● **About this exercise**:
Select all lines in the records that include "starts".

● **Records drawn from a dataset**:
※

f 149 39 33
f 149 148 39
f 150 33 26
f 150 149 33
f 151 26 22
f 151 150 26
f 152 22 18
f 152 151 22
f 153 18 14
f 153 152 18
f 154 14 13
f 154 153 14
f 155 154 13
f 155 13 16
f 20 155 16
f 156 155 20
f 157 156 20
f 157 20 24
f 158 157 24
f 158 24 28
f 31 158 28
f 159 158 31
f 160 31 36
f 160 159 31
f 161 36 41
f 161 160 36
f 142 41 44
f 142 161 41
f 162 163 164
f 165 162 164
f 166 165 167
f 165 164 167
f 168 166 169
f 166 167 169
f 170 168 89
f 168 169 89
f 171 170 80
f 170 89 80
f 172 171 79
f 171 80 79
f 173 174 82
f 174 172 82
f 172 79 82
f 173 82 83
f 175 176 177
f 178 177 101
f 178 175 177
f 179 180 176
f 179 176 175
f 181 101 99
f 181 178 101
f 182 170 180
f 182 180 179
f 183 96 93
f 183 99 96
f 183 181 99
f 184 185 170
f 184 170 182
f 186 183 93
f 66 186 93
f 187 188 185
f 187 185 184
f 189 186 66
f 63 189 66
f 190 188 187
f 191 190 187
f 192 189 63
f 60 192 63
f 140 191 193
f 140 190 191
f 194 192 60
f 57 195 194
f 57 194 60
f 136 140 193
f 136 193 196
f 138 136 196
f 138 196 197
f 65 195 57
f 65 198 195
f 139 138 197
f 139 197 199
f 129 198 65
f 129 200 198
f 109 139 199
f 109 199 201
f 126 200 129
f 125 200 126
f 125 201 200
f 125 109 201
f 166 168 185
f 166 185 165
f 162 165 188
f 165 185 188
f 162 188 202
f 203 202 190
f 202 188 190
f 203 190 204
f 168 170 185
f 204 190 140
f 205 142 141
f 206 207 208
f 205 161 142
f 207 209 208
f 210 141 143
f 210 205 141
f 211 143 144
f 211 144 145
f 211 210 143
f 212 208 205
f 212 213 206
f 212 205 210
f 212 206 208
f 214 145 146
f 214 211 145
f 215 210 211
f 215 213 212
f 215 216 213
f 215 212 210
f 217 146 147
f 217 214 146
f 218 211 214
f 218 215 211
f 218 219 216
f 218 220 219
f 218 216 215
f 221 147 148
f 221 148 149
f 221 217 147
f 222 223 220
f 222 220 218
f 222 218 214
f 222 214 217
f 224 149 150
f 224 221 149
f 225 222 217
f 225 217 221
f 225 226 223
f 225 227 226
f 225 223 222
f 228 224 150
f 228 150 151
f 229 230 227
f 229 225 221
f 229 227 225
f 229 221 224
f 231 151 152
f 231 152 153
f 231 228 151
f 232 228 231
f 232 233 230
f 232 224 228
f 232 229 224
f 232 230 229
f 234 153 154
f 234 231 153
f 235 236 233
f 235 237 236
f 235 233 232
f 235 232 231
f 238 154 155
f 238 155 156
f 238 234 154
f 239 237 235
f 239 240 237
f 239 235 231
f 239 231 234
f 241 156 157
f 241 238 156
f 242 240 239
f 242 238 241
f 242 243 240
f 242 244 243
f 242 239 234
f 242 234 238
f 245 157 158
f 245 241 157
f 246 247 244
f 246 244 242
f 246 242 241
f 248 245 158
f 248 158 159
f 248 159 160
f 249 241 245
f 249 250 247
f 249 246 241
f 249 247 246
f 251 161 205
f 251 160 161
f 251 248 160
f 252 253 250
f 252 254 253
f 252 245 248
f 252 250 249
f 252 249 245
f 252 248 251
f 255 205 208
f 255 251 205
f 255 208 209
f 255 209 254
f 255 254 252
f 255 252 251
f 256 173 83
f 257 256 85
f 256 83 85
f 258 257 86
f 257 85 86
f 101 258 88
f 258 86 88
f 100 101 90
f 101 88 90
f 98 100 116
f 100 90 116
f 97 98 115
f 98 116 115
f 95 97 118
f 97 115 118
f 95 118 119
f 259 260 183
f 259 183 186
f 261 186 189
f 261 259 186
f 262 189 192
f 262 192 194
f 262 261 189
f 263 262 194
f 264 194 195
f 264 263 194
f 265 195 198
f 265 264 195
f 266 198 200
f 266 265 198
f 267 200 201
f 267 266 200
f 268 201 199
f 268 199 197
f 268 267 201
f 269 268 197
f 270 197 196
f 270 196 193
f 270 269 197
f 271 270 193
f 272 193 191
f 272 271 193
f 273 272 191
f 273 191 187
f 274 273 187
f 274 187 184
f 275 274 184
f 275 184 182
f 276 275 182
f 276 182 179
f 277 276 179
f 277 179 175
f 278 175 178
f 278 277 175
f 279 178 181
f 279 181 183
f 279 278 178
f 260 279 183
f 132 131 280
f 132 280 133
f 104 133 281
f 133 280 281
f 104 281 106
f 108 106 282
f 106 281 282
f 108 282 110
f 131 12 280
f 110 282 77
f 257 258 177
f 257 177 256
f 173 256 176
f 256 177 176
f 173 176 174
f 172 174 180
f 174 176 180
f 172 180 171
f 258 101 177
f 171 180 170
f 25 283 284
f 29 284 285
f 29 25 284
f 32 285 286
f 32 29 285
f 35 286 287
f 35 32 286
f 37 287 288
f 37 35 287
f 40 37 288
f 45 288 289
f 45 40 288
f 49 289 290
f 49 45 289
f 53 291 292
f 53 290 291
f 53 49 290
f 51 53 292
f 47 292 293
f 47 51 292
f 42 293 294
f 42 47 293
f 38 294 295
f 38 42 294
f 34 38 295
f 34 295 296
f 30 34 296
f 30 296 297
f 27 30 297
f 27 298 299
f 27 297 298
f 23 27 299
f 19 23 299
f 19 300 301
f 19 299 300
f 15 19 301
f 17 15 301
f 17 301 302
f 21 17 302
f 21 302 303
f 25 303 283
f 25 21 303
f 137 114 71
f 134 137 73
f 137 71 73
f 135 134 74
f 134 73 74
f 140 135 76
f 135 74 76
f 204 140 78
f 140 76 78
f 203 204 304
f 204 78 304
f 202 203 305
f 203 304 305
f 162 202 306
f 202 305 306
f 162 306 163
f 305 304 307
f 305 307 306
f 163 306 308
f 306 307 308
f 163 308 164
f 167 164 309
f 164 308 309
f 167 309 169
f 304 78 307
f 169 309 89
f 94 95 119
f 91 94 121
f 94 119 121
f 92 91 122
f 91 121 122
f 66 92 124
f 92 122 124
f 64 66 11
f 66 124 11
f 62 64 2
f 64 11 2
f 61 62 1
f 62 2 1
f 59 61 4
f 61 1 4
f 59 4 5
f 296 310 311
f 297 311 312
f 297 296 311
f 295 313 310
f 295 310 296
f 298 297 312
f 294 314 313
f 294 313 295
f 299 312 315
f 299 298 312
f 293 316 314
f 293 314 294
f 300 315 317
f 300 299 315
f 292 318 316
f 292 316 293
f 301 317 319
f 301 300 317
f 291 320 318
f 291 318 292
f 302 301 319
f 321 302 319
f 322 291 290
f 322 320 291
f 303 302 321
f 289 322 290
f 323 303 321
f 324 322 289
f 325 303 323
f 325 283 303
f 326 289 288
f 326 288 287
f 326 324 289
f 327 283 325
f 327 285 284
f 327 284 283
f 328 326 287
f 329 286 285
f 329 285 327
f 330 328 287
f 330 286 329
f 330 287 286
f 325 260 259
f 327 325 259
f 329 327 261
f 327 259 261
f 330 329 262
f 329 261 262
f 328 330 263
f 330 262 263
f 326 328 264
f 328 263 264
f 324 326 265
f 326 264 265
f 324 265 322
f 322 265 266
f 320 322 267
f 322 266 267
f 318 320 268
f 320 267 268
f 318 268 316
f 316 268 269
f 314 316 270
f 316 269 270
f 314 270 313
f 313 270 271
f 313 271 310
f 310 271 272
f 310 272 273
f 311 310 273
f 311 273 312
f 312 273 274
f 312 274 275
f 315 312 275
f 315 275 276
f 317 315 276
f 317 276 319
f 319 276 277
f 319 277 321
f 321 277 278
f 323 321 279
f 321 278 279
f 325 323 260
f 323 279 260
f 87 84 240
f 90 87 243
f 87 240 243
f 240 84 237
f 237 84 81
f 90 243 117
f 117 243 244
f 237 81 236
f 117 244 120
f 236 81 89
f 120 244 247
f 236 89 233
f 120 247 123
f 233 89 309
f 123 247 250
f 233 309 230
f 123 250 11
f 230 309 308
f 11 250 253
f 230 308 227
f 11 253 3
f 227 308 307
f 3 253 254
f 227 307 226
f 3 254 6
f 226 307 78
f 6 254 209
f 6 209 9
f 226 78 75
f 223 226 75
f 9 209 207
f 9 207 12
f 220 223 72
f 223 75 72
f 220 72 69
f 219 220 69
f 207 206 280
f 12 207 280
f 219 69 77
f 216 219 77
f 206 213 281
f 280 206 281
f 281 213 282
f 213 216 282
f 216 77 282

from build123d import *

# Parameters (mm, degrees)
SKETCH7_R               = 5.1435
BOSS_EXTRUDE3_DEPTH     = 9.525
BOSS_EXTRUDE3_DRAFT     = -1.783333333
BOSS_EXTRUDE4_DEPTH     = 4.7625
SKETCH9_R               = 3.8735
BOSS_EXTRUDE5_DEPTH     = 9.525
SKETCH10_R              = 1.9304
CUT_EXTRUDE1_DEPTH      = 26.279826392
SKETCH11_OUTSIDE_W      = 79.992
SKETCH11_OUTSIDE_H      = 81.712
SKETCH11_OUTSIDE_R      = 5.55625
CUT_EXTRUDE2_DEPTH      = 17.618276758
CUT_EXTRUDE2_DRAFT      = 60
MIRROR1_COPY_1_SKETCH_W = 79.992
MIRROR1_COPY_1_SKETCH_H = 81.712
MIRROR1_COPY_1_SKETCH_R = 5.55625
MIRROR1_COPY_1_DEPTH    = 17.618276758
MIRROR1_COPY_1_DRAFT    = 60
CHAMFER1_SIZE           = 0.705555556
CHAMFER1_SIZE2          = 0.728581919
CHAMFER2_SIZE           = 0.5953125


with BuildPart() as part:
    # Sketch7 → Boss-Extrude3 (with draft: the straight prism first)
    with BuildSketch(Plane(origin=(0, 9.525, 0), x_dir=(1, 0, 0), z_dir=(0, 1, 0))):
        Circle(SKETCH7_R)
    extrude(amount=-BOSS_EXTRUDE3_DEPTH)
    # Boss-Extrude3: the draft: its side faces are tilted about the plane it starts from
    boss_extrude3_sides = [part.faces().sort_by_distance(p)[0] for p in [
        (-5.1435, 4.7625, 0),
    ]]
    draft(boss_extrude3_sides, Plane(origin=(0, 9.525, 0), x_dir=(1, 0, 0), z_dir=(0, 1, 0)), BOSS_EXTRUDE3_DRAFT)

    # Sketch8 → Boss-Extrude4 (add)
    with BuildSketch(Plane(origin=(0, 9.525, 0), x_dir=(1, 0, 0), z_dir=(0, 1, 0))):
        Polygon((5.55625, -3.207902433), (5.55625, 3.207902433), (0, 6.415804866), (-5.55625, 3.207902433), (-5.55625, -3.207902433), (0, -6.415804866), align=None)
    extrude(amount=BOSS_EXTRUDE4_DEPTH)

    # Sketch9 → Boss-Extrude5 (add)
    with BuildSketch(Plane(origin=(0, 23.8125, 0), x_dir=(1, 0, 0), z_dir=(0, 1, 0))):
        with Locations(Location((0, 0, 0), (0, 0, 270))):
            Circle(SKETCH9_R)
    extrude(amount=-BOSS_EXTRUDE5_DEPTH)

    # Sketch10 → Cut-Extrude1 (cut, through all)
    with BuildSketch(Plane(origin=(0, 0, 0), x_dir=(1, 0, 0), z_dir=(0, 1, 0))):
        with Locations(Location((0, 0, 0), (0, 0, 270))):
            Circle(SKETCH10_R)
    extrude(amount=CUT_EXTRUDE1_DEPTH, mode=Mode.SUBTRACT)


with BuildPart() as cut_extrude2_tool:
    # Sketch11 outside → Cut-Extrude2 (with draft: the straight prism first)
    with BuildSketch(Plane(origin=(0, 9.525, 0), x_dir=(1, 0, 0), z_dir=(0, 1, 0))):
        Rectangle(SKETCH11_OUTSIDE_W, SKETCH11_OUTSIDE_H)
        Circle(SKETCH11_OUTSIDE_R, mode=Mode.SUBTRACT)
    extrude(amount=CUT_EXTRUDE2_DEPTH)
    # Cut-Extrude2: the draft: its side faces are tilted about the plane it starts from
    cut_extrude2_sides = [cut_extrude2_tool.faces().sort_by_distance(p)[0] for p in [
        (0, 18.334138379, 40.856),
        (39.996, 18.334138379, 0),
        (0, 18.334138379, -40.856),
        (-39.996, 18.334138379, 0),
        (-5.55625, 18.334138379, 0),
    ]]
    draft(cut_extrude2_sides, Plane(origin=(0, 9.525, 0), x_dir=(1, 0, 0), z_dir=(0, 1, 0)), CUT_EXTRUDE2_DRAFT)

※

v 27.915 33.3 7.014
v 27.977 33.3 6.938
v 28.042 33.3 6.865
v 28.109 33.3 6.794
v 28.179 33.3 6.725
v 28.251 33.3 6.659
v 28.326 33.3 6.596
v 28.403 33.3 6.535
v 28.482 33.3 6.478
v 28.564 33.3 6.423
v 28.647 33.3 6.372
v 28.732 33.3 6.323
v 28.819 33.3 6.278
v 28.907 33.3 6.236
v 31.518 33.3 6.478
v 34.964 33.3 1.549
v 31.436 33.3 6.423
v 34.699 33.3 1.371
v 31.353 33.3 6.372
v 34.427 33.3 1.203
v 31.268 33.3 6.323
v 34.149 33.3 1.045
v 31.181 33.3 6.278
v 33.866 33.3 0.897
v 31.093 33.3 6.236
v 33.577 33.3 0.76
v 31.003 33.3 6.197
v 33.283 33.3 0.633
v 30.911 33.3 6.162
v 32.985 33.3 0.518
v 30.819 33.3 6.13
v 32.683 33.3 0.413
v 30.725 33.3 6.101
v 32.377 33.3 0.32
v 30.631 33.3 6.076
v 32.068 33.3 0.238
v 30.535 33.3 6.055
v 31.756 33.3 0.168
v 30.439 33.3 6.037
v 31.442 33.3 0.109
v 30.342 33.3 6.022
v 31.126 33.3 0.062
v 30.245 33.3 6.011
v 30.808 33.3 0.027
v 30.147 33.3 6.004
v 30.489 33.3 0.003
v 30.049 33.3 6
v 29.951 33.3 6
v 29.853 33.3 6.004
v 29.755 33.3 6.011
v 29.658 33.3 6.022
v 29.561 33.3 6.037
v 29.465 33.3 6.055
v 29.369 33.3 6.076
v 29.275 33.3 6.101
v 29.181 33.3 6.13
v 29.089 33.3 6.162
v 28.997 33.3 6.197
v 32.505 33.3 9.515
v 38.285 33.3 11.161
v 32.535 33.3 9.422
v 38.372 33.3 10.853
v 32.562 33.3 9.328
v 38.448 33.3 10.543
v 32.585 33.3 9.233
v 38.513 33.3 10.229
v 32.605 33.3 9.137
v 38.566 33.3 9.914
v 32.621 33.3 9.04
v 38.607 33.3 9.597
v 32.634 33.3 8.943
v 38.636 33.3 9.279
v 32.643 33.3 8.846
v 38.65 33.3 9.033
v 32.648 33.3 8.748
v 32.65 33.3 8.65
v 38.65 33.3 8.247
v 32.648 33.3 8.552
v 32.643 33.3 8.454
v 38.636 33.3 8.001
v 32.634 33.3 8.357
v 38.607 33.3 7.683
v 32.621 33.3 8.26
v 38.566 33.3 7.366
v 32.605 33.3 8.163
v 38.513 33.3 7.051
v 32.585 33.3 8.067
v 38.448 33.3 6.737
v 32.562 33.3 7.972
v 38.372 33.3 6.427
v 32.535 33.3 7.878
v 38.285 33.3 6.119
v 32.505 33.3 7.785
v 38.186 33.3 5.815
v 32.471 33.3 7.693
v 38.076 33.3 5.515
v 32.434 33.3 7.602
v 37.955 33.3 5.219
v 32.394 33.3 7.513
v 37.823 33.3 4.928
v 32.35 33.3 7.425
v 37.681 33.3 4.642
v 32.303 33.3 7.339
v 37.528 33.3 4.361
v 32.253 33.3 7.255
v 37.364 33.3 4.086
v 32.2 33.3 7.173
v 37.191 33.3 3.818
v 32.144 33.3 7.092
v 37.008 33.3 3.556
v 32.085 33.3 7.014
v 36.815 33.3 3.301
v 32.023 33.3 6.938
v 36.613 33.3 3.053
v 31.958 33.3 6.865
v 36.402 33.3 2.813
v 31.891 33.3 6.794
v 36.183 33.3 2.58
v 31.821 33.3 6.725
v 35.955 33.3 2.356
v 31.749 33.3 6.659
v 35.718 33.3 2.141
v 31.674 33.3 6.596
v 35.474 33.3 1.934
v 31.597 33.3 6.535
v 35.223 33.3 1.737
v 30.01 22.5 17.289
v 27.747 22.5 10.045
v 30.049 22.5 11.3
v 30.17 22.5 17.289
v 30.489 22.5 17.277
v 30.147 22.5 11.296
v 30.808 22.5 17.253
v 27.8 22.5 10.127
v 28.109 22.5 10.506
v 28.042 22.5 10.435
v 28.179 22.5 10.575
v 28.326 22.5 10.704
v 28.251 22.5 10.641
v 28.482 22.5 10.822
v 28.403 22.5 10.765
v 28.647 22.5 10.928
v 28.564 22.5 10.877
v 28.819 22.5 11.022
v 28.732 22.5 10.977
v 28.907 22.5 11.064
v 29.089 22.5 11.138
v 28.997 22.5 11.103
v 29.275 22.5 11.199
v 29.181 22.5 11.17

※

● **Answer to this exercise**:
    # Boss-Extrude3: the draft: its side faces are tilted about the plane it starts from
    # Cut-Extrude2: the draft: its side faces are tilted about the plane it starts from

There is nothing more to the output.